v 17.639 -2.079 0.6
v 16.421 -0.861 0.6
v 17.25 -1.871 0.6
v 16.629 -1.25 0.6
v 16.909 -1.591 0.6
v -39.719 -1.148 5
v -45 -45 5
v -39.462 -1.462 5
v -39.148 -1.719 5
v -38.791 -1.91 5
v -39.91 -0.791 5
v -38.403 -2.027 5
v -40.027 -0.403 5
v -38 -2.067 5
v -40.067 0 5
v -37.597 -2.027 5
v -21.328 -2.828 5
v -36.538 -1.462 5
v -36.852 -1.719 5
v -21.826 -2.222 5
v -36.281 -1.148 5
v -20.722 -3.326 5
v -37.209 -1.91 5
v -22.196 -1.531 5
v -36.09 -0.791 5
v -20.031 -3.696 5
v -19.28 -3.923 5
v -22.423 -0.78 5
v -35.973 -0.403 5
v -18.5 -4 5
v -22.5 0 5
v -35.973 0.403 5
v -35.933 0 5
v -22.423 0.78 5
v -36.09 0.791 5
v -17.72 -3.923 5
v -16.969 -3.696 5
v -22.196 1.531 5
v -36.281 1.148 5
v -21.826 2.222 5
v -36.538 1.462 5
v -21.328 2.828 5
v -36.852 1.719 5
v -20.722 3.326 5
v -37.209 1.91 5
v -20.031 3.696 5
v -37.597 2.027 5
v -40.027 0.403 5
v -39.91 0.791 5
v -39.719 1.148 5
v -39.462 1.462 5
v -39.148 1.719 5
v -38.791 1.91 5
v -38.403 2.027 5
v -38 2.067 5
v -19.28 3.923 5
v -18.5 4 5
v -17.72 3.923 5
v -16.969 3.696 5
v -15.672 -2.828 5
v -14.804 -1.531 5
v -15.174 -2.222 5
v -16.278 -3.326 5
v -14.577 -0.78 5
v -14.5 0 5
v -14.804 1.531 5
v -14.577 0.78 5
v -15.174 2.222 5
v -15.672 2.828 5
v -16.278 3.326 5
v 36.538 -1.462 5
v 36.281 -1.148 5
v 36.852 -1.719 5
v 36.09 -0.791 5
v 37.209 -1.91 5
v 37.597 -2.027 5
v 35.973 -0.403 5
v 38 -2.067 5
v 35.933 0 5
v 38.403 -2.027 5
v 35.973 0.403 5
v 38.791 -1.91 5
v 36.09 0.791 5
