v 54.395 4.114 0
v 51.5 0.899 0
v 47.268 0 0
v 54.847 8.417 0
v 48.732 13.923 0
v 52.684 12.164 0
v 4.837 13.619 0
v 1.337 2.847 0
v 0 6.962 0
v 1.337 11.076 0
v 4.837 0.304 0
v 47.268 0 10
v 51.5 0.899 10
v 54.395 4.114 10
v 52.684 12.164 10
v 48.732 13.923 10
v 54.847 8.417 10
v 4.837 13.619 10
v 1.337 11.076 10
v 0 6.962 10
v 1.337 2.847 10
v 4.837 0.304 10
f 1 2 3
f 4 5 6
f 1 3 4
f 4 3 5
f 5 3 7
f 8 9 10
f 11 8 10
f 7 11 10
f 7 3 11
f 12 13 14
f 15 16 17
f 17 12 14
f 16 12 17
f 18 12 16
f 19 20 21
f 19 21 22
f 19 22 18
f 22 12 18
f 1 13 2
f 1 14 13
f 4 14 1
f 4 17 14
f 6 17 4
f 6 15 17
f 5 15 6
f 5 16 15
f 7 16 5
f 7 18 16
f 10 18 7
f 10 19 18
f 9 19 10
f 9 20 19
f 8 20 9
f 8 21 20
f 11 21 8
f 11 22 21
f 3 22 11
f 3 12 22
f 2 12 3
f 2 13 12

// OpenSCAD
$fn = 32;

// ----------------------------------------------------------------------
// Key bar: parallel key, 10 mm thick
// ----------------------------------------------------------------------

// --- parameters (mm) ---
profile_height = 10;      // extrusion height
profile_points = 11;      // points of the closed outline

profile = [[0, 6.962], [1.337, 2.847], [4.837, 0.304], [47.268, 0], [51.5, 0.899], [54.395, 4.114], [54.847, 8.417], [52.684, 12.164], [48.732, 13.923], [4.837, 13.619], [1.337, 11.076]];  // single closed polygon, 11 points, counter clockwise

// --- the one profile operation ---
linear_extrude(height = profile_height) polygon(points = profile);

◇ ◇ ◇ ◇

What is needed is an exact copy of the entries from their first line down to the line with "v -38 -2.067 5", that line included, and nothing beyond it.

> [Expected answer]
v 17.639 -2.079 0.6
v 16.421 -0.861 0.6
v 17.25 -1.871 0.6
v 16.629 -1.25 0.6
v 16.909 -1.591 0.6
v -39.719 -1.148 5
v -45 -45 5
v -39.462 -1.462 5
v -39.148 -1.719 5
v -38.791 -1.91 5
v -39.91 -0.791 5
v -38.403 -2.027 5
v -40.027 -0.403 5
v -38 -2.067 5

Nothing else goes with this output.